In modern world, sovereignty has evolved; it is no longer just political; it is deeply economic


ISLAMABAD:

Every year on March 23, Pakistan commemorates the Lahore Resolution – a defining moment that set the course for the creation of a sovereign state. It was a vision rooted in dignity, self-determination, and the right to shape an independent future.

More than seven decades later, Pakistan Day must be more than remembrance. It must also be reflection. Because sovereignty today cannot be measured by flags and borders alone.

In the modern world, sovereignty has evolved. It is no longer just political; it is deeply economic. A country that cannot sustain its economy without external support, which repeatedly returns to institutions such as the International Monetary Fund, must confront a difficult question: how independent is its decision-making in practice?

Economic fragility narrows policy space, limits strategic options, and forces governments into short-term decisions that often come at the cost of long-term stability. Over time, it creates an illusion of sovereignty – where political independence exists, but economic autonomy does not.

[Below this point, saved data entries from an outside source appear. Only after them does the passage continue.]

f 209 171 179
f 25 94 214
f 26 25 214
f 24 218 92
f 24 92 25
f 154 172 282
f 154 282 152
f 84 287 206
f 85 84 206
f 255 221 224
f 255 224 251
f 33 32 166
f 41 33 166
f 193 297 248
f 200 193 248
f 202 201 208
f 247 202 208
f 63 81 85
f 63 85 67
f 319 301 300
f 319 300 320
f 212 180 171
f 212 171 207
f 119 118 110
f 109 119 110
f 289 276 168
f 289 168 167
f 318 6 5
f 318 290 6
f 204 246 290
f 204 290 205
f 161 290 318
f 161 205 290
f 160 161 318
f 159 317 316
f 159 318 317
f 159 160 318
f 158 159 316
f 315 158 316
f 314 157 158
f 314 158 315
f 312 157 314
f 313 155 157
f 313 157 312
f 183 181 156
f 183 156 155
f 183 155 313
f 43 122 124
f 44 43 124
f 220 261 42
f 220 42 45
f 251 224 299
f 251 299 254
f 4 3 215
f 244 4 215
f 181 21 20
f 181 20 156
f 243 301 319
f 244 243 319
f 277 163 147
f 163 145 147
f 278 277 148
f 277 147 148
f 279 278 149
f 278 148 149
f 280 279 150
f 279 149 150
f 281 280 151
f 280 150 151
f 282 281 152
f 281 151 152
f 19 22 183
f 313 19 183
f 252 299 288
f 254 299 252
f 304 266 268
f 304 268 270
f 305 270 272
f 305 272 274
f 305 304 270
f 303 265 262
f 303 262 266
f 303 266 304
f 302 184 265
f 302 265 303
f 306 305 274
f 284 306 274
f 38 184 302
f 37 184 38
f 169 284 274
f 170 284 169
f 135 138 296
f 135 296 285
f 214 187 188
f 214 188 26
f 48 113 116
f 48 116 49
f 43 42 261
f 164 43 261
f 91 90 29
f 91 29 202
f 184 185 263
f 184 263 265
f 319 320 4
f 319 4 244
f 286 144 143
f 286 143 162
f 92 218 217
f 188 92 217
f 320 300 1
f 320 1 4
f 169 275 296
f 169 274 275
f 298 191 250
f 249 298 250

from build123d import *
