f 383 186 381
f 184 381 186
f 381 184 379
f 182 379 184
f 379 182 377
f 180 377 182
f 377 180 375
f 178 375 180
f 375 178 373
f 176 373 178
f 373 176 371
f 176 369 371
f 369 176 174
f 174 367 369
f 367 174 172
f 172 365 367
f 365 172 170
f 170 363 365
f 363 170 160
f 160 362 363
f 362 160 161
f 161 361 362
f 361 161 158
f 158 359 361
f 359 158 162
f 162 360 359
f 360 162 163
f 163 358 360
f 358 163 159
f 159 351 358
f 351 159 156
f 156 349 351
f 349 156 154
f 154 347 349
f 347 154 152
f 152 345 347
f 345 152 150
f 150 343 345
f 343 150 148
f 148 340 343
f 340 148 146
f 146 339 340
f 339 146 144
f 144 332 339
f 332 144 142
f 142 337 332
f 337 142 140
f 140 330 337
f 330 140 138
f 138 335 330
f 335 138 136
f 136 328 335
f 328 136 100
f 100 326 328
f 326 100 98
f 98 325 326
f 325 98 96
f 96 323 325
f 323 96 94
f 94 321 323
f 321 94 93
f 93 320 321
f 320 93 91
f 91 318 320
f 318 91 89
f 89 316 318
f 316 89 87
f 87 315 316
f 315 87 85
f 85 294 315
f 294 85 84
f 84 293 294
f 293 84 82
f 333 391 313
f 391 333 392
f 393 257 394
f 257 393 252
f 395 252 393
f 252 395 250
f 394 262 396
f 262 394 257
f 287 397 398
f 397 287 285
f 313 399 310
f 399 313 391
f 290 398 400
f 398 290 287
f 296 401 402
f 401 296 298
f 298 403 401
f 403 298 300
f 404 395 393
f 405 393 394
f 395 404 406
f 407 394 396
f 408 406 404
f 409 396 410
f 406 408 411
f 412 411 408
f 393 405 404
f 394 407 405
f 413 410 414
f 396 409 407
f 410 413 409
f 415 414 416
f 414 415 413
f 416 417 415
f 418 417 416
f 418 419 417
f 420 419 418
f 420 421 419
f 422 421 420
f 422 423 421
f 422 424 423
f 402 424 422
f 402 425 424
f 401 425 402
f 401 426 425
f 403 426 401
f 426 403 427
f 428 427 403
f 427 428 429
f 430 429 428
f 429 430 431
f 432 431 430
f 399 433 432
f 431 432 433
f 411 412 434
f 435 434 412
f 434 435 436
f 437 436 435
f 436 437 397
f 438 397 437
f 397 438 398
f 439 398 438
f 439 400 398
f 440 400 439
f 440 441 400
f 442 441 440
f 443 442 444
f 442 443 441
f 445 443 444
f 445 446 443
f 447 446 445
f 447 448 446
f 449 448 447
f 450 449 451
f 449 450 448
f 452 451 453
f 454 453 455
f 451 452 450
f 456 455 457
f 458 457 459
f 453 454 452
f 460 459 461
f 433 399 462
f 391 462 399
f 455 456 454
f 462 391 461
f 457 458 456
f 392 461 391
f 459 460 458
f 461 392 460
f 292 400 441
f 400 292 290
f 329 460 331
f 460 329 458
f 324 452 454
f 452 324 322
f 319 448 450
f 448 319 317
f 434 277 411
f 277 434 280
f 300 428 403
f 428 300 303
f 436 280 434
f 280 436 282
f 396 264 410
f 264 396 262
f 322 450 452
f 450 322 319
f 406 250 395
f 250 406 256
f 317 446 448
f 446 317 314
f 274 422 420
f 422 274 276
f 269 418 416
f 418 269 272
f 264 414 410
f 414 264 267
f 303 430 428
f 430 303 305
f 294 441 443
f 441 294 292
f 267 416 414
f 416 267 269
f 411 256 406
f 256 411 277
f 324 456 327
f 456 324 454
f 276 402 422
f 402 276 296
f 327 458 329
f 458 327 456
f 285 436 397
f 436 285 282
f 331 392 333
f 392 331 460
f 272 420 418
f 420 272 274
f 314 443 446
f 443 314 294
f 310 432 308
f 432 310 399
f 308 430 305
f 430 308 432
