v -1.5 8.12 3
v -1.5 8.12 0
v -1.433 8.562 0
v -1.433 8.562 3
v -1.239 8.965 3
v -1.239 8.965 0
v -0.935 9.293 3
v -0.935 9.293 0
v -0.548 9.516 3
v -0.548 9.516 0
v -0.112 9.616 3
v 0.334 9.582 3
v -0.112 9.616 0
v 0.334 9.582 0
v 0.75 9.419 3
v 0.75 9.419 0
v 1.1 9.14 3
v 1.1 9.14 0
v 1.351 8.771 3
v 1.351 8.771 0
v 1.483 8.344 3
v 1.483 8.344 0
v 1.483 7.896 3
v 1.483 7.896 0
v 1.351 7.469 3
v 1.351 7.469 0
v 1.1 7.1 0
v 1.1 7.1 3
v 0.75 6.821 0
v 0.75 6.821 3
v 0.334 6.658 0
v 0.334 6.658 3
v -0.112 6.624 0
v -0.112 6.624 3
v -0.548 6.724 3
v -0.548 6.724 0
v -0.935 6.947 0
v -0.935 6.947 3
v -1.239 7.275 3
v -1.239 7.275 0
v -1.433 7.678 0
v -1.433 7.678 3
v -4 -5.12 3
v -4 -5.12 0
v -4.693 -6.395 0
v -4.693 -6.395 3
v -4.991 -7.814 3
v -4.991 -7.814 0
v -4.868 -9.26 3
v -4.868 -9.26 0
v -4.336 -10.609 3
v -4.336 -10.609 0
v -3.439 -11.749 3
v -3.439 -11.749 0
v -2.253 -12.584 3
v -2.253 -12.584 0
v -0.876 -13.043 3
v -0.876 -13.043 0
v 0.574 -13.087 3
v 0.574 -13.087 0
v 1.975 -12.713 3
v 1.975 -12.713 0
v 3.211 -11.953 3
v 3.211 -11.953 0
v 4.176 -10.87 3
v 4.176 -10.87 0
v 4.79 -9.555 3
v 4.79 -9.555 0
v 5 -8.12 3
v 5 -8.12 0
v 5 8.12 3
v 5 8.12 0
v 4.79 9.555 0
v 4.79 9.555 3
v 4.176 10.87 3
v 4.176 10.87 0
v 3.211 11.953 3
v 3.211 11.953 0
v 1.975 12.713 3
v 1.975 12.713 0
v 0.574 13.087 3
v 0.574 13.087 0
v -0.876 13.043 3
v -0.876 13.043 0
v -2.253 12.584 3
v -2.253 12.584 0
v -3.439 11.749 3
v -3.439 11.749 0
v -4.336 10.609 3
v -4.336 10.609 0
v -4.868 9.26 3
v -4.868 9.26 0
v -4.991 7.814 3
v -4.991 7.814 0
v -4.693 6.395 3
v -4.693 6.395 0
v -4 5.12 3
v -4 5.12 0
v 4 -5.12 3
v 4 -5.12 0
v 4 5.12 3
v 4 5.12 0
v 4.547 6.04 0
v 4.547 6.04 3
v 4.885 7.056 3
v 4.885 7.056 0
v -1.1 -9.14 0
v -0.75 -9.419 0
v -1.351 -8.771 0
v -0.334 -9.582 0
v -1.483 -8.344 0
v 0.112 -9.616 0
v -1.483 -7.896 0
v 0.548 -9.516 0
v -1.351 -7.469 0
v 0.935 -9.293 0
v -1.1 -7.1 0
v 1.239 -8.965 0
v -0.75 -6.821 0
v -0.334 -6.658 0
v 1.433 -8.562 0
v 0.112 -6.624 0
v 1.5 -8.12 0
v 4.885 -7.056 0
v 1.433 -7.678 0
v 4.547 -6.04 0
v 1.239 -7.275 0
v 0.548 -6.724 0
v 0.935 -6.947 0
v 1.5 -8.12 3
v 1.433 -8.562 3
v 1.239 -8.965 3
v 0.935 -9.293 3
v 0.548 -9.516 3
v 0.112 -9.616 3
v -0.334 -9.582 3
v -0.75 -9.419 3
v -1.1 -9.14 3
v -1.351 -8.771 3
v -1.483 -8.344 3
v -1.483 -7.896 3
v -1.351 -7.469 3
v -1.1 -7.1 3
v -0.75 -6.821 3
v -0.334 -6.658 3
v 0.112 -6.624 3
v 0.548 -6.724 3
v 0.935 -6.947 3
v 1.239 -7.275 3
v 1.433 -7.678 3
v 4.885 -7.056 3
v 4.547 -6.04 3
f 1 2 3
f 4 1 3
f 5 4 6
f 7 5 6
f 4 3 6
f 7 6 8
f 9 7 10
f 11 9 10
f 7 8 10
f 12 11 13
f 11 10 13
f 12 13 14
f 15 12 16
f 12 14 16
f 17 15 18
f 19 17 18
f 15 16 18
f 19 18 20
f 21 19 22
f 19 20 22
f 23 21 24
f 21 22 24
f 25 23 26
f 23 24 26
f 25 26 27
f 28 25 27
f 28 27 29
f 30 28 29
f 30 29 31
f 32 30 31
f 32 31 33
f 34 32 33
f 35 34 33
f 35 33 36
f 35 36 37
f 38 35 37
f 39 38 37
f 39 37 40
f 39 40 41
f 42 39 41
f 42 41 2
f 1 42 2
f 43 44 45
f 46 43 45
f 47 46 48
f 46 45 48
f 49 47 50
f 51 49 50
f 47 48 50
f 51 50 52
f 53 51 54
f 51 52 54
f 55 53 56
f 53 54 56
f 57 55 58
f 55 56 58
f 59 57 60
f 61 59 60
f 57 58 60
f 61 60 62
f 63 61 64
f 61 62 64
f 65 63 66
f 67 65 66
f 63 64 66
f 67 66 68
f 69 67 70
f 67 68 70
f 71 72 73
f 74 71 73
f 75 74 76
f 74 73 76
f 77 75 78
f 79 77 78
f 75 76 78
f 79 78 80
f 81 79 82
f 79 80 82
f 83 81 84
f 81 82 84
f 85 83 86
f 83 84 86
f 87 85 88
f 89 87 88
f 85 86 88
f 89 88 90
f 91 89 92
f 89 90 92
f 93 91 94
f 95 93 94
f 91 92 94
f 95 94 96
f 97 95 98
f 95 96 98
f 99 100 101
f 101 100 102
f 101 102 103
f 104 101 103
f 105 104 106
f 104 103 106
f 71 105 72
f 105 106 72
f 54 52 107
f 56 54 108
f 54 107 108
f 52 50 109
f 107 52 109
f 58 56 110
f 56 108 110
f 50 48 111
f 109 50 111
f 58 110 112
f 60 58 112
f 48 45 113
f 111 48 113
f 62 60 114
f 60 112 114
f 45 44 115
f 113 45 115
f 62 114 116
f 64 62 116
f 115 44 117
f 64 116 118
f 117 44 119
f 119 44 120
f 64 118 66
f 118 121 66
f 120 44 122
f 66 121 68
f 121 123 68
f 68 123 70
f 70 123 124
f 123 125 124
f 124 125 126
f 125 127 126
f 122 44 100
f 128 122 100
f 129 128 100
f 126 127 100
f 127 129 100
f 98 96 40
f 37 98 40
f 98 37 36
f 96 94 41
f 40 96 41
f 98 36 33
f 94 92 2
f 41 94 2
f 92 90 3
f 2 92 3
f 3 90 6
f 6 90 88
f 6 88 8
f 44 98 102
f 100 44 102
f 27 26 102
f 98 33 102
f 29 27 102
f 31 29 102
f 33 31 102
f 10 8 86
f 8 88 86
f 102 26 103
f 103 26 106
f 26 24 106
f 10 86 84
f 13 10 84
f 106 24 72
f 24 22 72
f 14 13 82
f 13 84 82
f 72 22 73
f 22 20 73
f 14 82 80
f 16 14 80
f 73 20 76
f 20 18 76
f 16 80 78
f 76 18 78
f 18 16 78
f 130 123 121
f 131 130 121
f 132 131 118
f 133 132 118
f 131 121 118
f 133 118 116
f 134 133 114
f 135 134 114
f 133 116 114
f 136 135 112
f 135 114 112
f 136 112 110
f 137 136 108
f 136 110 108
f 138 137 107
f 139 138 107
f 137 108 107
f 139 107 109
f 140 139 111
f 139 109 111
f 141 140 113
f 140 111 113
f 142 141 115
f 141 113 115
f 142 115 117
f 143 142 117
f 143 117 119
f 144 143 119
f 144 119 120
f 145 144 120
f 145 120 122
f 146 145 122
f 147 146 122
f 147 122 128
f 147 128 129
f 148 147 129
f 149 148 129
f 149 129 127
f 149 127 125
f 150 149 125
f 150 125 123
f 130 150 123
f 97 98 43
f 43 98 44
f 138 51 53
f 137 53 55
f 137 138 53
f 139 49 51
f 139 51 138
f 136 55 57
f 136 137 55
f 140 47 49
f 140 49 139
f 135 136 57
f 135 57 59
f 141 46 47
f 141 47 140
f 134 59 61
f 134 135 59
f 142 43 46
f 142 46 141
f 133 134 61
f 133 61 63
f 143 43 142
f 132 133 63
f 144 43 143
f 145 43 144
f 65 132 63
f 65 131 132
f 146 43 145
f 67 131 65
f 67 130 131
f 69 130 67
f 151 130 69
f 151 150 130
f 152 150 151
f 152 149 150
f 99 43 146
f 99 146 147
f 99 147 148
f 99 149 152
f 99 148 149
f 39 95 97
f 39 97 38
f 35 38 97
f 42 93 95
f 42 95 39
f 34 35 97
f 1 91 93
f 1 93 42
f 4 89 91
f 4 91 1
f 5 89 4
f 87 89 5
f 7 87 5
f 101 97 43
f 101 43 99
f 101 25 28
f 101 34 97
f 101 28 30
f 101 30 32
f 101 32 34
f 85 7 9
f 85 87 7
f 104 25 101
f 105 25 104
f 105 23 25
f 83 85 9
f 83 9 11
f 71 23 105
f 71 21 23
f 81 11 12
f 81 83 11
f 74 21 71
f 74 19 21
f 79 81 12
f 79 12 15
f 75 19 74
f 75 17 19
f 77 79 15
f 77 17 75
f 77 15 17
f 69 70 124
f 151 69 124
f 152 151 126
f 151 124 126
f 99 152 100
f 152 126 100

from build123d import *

# Parameters (mm, degrees)
EXTRUDE_1_DEPTH     = 3
SKETCH_2_R          = 1.5
CUT_EXTRUDE_1_DEPTH = 15.357381377


with BuildPart() as part:
    # 草图1 → 凸台-拉伸1 (new body)
    with BuildSketch(Plane.XY):
        with BuildLine():
            ThreePointArc((-4, 5.12), (0, 3.12), (4, 5.12))
            Line((4, 5.12), (4, 8.12))
            Line((4, 8.12), (-4, 8.12))
            Line((-4, 8.12), (-4, 5.12))
        make_face()
        with BuildLine():
            Line((4, 8.12), (4, 5.12))
            ThreePointArc((4, 5.12), (4.74341649, 6.53886117), (5, 8.12))
            ThreePointArc((5, 8.12), (-1.58113883, 12.86341649), (-4, 5.12))
            Line((-4, 5.12), (-4, 8.12))
            Line((-4, 8.12), (4, 8.12))
        make_face()
        with BuildLine():
            ThreePointArc((-4, -5.12), (0, -3.12), (4, -5.12))
            Line((4, -5.12), (4, 5.12))
            ThreePointArc((4, 5.12), (0, 3.12), (-4, 5.12))
            Line((-4, 5.12), (-4, -5.12))
        make_face()
        with BuildLine():
            Line((4, -5.12), (4, -8.12))
            Line((4, -8.12), (-4, -8.12))
            Line((-4, -8.12), (-4, -5.12))
            ThreePointArc((-4, -5.12), (-1.58113883, -12.86341649), (5, -8.12))
            ThreePointArc((5, -8.12), (4.74341649, -6.53886117), (4, -5.12))
        make_face()
        with BuildLine():
            Line((-4, -8.12), (4, -8.12))
            Line((4, -8.12), (4, -5.12))
            ThreePointArc((4, -5.12), (0, -3.12), (-4, -5.12))
            Line((-4, -5.12), (-4, -8.12))
        make_face()
    extrude(amount=EXTRUDE_1_DEPTH)

    # 草图2 → 切除-拉伸1 (cut, through all)
    with BuildSketch(Plane(origin=(0, 0, 0), x_dir=(-1, 0, 0), z_dir=(0, 0, -1))):
        with Locations((0, 8.12)):
            Circle(SKETCH_2_R)
        with Locations(Location((0, -8.12, 0), (0, 0, 180))):
            Circle(SKETCH_2_R)
    extrude(amount=-CUT_EXTRUDE_1_DEPTH, mode=Mode.SUBTRACT)


solid = part.part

Pakistan is not alone in having emerged from colonial rule. Many nations that gained independence in the mid-20th century began their journeys with similar or even weaker starting points.

Consider South Korea. In the 1950s, it was war-ravaged, resource-constrained, and heavily aid-dependent. Today, it is a global industrial and technological power. Malaysia transitioned from a commodity-based economy to a diversified manufacturing and services hub through consistent policy direction and export-led growth. Vietnam, once devastated by conflict, has emerged as a major export economy, integrating deeply into global supply chains.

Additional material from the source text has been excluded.